▶ **What to do**: What lines below include the string "VECTOR"? Pick them out and copy them.

..............................

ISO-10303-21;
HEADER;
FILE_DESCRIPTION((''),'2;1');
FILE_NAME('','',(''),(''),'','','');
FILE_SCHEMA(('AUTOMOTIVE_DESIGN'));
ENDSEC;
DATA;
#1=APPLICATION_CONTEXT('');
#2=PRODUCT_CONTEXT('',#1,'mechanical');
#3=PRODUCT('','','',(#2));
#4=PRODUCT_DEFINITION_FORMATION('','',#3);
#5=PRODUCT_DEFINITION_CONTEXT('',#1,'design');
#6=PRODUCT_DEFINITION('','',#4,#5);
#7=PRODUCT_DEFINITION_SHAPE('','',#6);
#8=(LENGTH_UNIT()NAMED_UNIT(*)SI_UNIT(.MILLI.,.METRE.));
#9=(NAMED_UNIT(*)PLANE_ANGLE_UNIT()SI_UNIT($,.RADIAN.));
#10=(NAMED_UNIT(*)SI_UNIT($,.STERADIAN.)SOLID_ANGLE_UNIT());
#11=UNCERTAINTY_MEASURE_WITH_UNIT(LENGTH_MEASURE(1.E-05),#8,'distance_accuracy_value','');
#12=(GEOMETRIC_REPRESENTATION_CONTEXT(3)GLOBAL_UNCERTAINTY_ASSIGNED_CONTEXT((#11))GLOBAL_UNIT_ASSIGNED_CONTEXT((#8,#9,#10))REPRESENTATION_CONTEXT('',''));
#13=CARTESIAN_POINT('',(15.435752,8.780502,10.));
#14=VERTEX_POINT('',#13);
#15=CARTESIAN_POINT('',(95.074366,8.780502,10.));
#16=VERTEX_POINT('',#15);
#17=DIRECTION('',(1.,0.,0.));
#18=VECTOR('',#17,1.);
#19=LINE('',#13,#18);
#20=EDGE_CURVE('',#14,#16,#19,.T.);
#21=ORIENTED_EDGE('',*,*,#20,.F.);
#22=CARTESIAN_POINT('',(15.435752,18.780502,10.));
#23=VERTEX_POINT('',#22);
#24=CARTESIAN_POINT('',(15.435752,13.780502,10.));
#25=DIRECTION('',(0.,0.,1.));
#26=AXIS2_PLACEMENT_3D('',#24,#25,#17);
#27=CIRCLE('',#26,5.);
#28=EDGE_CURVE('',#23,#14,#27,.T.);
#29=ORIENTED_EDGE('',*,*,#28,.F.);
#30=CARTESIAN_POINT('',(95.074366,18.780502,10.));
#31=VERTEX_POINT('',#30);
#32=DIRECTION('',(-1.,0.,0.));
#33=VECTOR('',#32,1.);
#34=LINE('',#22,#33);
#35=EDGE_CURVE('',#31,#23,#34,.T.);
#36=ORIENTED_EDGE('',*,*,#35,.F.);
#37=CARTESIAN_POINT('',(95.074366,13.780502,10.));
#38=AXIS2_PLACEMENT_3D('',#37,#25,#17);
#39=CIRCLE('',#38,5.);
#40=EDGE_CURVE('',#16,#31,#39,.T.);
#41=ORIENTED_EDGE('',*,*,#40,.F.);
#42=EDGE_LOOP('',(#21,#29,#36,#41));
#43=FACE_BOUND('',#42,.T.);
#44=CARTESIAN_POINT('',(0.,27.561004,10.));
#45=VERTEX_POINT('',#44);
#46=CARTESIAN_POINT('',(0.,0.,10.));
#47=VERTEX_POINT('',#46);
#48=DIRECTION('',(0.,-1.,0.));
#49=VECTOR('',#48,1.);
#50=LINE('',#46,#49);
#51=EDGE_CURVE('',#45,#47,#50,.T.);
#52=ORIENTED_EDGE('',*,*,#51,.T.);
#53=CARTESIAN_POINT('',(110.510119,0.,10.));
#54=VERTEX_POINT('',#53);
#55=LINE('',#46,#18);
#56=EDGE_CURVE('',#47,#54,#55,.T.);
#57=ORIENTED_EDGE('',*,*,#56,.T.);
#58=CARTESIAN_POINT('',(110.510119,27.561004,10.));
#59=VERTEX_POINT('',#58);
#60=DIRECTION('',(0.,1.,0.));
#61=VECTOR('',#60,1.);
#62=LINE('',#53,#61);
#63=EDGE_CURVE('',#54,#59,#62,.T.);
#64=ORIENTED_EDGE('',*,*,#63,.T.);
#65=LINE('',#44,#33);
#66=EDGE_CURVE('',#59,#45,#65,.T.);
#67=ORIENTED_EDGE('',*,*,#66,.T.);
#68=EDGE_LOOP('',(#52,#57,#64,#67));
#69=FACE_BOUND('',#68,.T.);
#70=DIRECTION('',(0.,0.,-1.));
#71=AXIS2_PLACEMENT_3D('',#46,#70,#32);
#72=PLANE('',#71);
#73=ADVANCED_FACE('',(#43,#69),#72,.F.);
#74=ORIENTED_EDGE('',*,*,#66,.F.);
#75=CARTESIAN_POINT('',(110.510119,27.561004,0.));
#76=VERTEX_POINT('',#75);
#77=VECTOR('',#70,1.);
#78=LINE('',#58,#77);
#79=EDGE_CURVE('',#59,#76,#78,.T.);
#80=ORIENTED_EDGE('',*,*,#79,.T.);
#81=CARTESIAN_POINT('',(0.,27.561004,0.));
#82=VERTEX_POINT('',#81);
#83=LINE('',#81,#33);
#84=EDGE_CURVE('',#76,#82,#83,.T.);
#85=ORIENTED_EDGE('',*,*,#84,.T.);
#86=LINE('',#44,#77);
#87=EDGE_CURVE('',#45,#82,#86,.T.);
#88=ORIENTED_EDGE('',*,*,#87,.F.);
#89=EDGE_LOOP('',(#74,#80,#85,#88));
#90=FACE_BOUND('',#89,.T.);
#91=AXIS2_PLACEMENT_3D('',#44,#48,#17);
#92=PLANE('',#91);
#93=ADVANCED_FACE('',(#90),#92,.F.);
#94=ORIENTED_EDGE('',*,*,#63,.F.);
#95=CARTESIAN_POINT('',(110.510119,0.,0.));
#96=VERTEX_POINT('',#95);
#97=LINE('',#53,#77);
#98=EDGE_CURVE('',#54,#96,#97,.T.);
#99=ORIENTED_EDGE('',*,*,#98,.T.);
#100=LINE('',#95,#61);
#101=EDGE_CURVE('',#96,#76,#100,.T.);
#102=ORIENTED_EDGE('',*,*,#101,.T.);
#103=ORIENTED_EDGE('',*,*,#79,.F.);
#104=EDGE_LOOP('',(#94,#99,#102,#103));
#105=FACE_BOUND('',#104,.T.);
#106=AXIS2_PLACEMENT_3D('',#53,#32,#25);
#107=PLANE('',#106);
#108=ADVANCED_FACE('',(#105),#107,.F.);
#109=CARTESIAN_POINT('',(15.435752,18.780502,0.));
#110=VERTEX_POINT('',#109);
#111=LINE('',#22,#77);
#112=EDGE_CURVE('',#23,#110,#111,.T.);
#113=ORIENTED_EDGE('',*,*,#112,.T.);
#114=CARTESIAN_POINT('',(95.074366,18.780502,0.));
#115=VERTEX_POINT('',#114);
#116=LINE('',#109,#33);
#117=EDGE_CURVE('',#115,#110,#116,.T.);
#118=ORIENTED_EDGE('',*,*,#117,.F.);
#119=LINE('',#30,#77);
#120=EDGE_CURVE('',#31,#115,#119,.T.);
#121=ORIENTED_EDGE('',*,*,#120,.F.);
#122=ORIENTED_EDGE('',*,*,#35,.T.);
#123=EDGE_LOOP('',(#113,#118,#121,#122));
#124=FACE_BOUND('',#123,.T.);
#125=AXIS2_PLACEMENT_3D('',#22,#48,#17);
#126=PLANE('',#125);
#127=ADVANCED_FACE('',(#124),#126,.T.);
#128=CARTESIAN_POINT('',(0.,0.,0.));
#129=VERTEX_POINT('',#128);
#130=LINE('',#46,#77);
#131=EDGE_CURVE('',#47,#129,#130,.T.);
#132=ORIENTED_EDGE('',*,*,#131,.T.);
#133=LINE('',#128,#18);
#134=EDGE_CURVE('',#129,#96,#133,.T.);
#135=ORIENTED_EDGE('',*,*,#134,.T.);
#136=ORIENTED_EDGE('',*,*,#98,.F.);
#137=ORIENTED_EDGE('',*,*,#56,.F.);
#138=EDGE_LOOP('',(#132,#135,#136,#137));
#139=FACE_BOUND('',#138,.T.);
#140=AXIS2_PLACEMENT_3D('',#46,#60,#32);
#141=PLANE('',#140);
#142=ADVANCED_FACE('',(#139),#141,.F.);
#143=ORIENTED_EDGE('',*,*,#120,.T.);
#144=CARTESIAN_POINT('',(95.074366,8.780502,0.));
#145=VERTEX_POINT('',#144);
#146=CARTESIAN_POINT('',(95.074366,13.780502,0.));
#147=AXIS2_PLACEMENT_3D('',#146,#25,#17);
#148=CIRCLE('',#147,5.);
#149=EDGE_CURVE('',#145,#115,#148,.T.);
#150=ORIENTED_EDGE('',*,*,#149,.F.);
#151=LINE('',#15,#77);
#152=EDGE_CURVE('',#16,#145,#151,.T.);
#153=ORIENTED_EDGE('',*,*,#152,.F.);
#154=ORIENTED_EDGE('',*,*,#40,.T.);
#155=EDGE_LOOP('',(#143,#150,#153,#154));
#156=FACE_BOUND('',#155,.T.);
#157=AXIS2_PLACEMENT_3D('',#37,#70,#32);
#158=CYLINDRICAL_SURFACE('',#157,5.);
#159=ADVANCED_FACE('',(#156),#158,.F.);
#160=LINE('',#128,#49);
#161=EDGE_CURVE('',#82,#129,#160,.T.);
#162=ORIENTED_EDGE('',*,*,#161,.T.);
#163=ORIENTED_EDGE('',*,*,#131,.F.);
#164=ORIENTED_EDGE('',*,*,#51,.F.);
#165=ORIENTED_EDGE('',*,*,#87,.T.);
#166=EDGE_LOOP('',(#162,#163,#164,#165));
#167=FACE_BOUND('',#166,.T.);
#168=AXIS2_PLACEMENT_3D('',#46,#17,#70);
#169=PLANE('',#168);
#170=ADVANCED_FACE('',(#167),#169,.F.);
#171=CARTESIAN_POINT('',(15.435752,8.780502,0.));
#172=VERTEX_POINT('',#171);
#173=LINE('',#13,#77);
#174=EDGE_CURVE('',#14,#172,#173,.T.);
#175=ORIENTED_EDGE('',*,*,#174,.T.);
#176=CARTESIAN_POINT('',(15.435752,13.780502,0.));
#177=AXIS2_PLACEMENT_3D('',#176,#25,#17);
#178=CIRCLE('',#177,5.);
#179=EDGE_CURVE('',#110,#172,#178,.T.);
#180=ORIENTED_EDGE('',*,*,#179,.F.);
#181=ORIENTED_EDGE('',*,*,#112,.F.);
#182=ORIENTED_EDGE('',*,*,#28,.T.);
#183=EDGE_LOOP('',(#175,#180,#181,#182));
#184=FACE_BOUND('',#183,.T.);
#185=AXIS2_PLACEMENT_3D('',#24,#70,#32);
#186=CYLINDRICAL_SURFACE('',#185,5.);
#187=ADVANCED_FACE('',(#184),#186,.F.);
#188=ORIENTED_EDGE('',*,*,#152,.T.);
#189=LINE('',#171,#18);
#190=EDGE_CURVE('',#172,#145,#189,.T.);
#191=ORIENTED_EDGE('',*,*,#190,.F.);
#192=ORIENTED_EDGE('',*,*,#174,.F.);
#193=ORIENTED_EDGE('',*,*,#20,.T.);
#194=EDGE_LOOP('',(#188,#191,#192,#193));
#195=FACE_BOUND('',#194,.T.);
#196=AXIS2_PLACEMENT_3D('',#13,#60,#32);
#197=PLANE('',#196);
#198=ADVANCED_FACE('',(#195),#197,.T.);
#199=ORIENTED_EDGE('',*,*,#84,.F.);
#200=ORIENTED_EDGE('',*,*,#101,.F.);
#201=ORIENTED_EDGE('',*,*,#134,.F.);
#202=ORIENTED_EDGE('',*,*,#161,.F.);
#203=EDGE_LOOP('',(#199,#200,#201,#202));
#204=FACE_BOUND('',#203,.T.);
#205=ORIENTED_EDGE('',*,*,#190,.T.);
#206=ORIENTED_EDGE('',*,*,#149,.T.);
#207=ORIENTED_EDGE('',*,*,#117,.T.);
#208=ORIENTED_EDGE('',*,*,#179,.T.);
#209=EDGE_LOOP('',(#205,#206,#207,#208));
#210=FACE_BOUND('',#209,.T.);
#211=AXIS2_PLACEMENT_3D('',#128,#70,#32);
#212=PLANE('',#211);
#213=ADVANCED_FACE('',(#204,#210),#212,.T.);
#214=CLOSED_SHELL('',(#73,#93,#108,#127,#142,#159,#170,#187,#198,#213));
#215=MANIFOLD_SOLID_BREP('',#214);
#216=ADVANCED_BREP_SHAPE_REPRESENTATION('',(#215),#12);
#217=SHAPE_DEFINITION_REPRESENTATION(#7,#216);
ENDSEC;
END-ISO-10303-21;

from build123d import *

# Parameters (mm, degrees)
SKETCH1_W           = 110.510118672
SKETCH1_H           = 27.56100364
BOSS_EXTRUDE1_DEPTH = 10


with BuildPart() as part:
    # Sketch1 → Boss-Extrude1 (new body)
    with BuildSketch(Plane.XY):
        with Locations((55.255059336, 13.78050182)):
            Rectangle(SKETCH1_W, SKETCH1_H)
        with BuildLine():
            Line((15.435752348, 18.78050182), (95.074366324, 18.78050182))
            ThreePointArc((95.074366324, 18.78050182), (100.074366324, 13.78050182), (95.074366324, 8.78050182))
            Line((95.074366324, 8.78050182), (15.435752348, 8.78050182))
            ThreePointArc((15.435752348, 8.78050182), (10.435752348, 13.78050182), (15.435752348, 18.78050182))
        make_face(mode=Mode.SUBTRACT)
    extrude(amount=BOSS_EXTRUDE1_DEPTH)


solid = part.part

..............................

▶ **Output**:
#18=VECTOR('',#17,1.);
#33=VECTOR('',#32,1.);
#49=VECTOR('',#48,1.);
#61=VECTOR('',#60,1.);
#77=VECTOR('',#70,1.);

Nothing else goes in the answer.